WHAT IS NEEDED - Word for word, reproduce every line of the data below.

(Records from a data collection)
•••••
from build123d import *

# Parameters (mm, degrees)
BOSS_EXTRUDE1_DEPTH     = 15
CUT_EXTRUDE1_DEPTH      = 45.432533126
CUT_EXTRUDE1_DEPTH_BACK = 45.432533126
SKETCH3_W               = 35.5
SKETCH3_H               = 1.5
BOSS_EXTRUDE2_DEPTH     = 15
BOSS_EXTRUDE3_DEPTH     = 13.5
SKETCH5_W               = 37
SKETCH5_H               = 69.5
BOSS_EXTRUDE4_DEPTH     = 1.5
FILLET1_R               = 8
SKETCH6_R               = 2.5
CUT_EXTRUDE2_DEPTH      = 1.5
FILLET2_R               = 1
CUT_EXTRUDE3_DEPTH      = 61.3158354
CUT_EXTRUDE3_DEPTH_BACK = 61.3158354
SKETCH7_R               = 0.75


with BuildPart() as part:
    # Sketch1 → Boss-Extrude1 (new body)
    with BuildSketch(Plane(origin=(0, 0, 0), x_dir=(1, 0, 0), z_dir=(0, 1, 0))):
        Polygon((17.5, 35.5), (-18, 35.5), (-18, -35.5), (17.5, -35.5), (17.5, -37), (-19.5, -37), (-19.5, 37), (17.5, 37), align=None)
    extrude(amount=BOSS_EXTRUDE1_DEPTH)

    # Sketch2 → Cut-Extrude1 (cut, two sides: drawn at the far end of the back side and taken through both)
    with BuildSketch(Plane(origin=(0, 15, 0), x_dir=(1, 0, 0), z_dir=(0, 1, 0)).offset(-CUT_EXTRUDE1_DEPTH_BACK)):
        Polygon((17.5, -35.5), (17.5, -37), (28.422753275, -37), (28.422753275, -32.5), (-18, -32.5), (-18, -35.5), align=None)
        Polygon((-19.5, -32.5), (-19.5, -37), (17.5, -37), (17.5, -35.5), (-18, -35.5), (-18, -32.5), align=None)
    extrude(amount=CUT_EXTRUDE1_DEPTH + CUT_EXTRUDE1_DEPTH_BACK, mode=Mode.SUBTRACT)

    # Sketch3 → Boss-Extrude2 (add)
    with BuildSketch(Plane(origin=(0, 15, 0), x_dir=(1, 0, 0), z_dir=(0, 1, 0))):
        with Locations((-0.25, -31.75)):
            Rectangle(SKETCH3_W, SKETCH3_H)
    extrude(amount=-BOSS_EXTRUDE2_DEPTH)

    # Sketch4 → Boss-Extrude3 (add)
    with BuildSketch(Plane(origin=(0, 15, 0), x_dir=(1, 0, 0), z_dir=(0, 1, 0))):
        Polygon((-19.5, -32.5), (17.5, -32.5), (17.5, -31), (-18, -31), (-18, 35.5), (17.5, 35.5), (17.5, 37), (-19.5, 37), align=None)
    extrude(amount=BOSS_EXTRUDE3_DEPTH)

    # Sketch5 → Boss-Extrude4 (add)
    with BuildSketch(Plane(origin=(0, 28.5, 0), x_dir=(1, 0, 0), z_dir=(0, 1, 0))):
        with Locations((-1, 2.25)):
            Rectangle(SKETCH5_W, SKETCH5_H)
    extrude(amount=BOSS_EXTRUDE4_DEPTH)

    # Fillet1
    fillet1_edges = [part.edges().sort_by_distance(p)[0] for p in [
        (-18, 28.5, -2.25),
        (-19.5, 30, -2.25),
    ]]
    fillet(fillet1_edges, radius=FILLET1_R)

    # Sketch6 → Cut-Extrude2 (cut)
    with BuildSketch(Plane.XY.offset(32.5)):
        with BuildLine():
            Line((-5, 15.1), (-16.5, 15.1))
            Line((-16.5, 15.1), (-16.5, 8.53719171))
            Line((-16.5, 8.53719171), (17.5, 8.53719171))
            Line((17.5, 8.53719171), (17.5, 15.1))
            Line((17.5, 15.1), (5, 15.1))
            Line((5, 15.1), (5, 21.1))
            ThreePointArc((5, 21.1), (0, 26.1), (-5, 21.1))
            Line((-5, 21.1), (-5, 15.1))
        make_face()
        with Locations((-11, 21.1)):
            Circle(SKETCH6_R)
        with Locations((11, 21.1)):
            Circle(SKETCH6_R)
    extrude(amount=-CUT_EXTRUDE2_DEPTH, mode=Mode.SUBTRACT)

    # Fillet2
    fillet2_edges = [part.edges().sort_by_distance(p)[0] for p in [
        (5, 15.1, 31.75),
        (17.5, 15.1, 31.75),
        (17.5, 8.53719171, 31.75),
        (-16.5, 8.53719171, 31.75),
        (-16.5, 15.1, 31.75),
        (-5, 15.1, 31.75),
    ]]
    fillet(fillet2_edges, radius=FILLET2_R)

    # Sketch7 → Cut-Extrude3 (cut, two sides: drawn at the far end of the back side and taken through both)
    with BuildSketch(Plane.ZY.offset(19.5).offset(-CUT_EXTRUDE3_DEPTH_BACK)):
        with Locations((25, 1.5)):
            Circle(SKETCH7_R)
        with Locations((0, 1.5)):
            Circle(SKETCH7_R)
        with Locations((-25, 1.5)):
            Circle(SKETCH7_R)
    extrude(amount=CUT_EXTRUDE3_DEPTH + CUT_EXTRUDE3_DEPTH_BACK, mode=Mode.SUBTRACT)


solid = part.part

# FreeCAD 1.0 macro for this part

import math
import FreeCAD as App
import Part
import Sketcher
Q = App.Units.Quantity


def edges_at(feature, points):
    """Names of the edges that pass closest to the given points."""
    edges = feature.Shape.Edges
    near = lambda p: min(range(len(edges)), key=lambda i: edges[i].distToShape(Part.Vertex(*p))[0])
    return sorted({f"Edge{near(p) + 1}" for p in points})

doc = App.newDocument("Part")
params = doc.addObject("Spreadsheet::Sheet", "Params")
for row, (alias, value) in enumerate([
    ("sketch1_width", "37 mm"),
    ("sketch1_height", "74 mm"),
    ("sketch1_height2", "71 mm"),
    ("sketch1_width2", "35.5 mm"),
    ("pad1_length", "15 mm"),
    ("sketch2_height", "4.5 mm"),
    ("sketch3_width", "35.5 mm"),
    ("sketch3_height", "1.5 mm"),
    ("pad2_length", "15 mm"),
    ("sketch4_width", "37 mm"),
    ("sketch4_width2", "35.5 mm"),
    ("sketch4_height", "1.5 mm"),
    ("sketch4_height2", "66.5 mm"),
    ("pad3_length", "13.5 mm"),
    ("sketch5_width", "37 mm"),
    ("sketch5_height", "69.5 mm"),
    ("pad4_length", "1.5 mm"),
    ("fillet_radius", "8 mm"),
    ("sketch6_diameter", "5 mm"),
    ("sketch6_radius", "5 mm"),
    ("sketch6_width", "34 mm"),
    ("sketch6_height", "6 mm"),
    ("sketch6_width2", "11.5 mm"),
    ("pocket2_length", "1.5 mm"),
    ("fillet2_radius", "1 mm"),
    ("sketch7_diameter", "1.5 mm"),
], start=1):
    params.set(f"A{row}", alias)
    params.set(f"B{row}", "=" + value)
    params.setAlias(f"B{row}", alias)

body = doc.addObject("PartDesign::Body", "Body")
•••••
EXERCISE RESPONSE -
from build123d import *

# Parameters (mm, degrees)
BOSS_EXTRUDE1_DEPTH     = 15
CUT_EXTRUDE1_DEPTH      = 45.432533126
CUT_EXTRUDE1_DEPTH_BACK = 45.432533126
SKETCH3_W               = 35.5
SKETCH3_H               = 1.5
BOSS_EXTRUDE2_DEPTH     = 15
BOSS_EXTRUDE3_DEPTH     = 13.5
SKETCH5_W               = 37
SKETCH5_H               = 69.5
BOSS_EXTRUDE4_DEPTH     = 1.5
FILLET1_R               = 8
SKETCH6_R               = 2.5
CUT_EXTRUDE2_DEPTH      = 1.5
FILLET2_R               = 1
CUT_EXTRUDE3_DEPTH      = 61.3158354
CUT_EXTRUDE3_DEPTH_BACK = 61.3158354
SKETCH7_R               = 0.75


with BuildPart() as part:
    # Sketch1 → Boss-Extrude1 (new body)
    with BuildSketch(Plane(origin=(0, 0, 0), x_dir=(1, 0, 0), z_dir=(0, 1, 0))):
        Polygon((17.5, 35.5), (-18, 35.5), (-18, -35.5), (17.5, -35.5), (17.5, -37), (-19.5, -37), (-19.5, 37), (17.5, 37), align=None)
    extrude(amount=BOSS_EXTRUDE1_DEPTH)

    # Sketch2 → Cut-Extrude1 (cut, two sides: drawn at the far end of the back side and taken through both)
    with BuildSketch(Plane(origin=(0, 15, 0), x_dir=(1, 0, 0), z_dir=(0, 1, 0)).offset(-CUT_EXTRUDE1_DEPTH_BACK)):
        Polygon((17.5, -35.5), (17.5, -37), (28.422753275, -37), (28.422753275, -32.5), (-18, -32.5), (-18, -35.5), align=None)
        Polygon((-19.5, -32.5), (-19.5, -37), (17.5, -37), (17.5, -35.5), (-18, -35.5), (-18, -32.5), align=None)
    extrude(amount=CUT_EXTRUDE1_DEPTH + CUT_EXTRUDE1_DEPTH_BACK, mode=Mode.SUBTRACT)

    # Sketch3 → Boss-Extrude2 (add)
    with BuildSketch(Plane(origin=(0, 15, 0), x_dir=(1, 0, 0), z_dir=(0, 1, 0))):
        with Locations((-0.25, -31.75)):
            Rectangle(SKETCH3_W, SKETCH3_H)
    extrude(amount=-BOSS_EXTRUDE2_DEPTH)

    # Sketch4 → Boss-Extrude3 (add)
    with BuildSketch(Plane(origin=(0, 15, 0), x_dir=(1, 0, 0), z_dir=(0, 1, 0))):
        Polygon((-19.5, -32.5), (17.5, -32.5), (17.5, -31), (-18, -31), (-18, 35.5), (17.5, 35.5), (17.5, 37), (-19.5, 37), align=None)
    extrude(amount=BOSS_EXTRUDE3_DEPTH)

    # Sketch5 → Boss-Extrude4 (add)
    with BuildSketch(Plane(origin=(0, 28.5, 0), x_dir=(1, 0, 0), z_dir=(0, 1, 0))):
        with Locations((-1, 2.25)):
            Rectangle(SKETCH5_W, SKETCH5_H)
    extrude(amount=BOSS_EXTRUDE4_DEPTH)

    # Fillet1
    fillet1_edges = [part.edges().sort_by_distance(p)[0] for p in [
        (-18, 28.5, -2.25),
        (-19.5, 30, -2.25),
    ]]
    fillet(fillet1_edges, radius=FILLET1_R)

    # Sketch6 → Cut-Extrude2 (cut)
    with BuildSketch(Plane.XY.offset(32.5)):
        with BuildLine():
            Line((-5, 15.1), (-16.5, 15.1))
            Line((-16.5, 15.1), (-16.5, 8.53719171))
            Line((-16.5, 8.53719171), (17.5, 8.53719171))
            Line((17.5, 8.53719171), (17.5, 15.1))
            Line((17.5, 15.1), (5, 15.1))
            Line((5, 15.1), (5, 21.1))
            ThreePointArc((5, 21.1), (0, 26.1), (-5, 21.1))
            Line((-5, 21.1), (-5, 15.1))
        make_face()
        with Locations((-11, 21.1)):
            Circle(SKETCH6_R)
        with Locations((11, 21.1)):
            Circle(SKETCH6_R)
    extrude(amount=-CUT_EXTRUDE2_DEPTH, mode=Mode.SUBTRACT)

    # Fillet2
    fillet2_edges = [part.edges().sort_by_distance(p)[0] for p in [
        (5, 15.1, 31.75),
        (17.5, 15.1, 31.75),
        (17.5, 8.53719171, 31.75),
        (-16.5, 8.53719171, 31.75),
        (-16.5, 15.1, 31.75),
        (-5, 15.1, 31.75),
    ]]
    fillet(fillet2_edges, radius=FILLET2_R)

    # Sketch7 → Cut-Extrude3 (cut, two sides: drawn at the far end of the back side and taken through both)
    with BuildSketch(Plane.ZY.offset(19.5).offset(-CUT_EXTRUDE3_DEPTH_BACK)):
        with Locations((25, 1.5)):
            Circle(SKETCH7_R)
        with Locations((0, 1.5)):
            Circle(SKETCH7_R)
        with Locations((-25, 1.5)):
            Circle(SKETCH7_R)
    extrude(amount=CUT_EXTRUDE3_DEPTH + CUT_EXTRUDE3_DEPTH_BACK, mode=Mode.SUBTRACT)


solid = part.part

# FreeCAD 1.0 macro for this part

import math
import FreeCAD as App
import Part
import Sketcher
Q = App.Units.Quantity


def edges_at(feature, points):
    """Names of the edges that pass closest to the given points."""
    edges = feature.Shape.Edges
    near = lambda p: min(range(len(edges)), key=lambda i: edges[i].distToShape(Part.Vertex(*p))[0])
    return sorted({f"Edge{near(p) + 1}" for p in points})

doc = App.newDocument("Part")
params = doc.addObject("Spreadsheet::Sheet", "Params")
for row, (alias, value) in enumerate([
    ("sketch1_width", "37 mm"),
    ("sketch1_height", "74 mm"),
    ("sketch1_height2", "71 mm"),
    ("sketch1_width2", "35.5 mm"),
    ("pad1_length", "15 mm"),
    ("sketch2_height", "4.5 mm"),
    ("sketch3_width", "35.5 mm"),
    ("sketch3_height", "1.5 mm"),
    ("pad2_length", "15 mm"),
    ("sketch4_width", "37 mm"),
    ("sketch4_width2", "35.5 mm"),
    ("sketch4_height", "1.5 mm"),
    ("sketch4_height2", "66.5 mm"),
    ("pad3_length", "13.5 mm"),
    ("sketch5_width", "37 mm"),
    ("sketch5_height", "69.5 mm"),
    ("pad4_length", "1.5 mm"),
    ("fillet_radius", "8 mm"),
    ("sketch6_diameter", "5 mm"),
    ("sketch6_radius", "5 mm"),
    ("sketch6_width", "34 mm"),
    ("sketch6_height", "6 mm"),
    ("sketch6_width2", "11.5 mm"),
    ("pocket2_length", "1.5 mm"),
    ("fillet2_radius", "1 mm"),
    ("sketch7_diameter", "1.5 mm"),
], start=1):
    params.set(f"A{row}", alias)
    params.set(f"B{row}", "=" + value)
    params.setAlias(f"B{row}", alias)

body = doc.addObject("PartDesign::Body", "Body")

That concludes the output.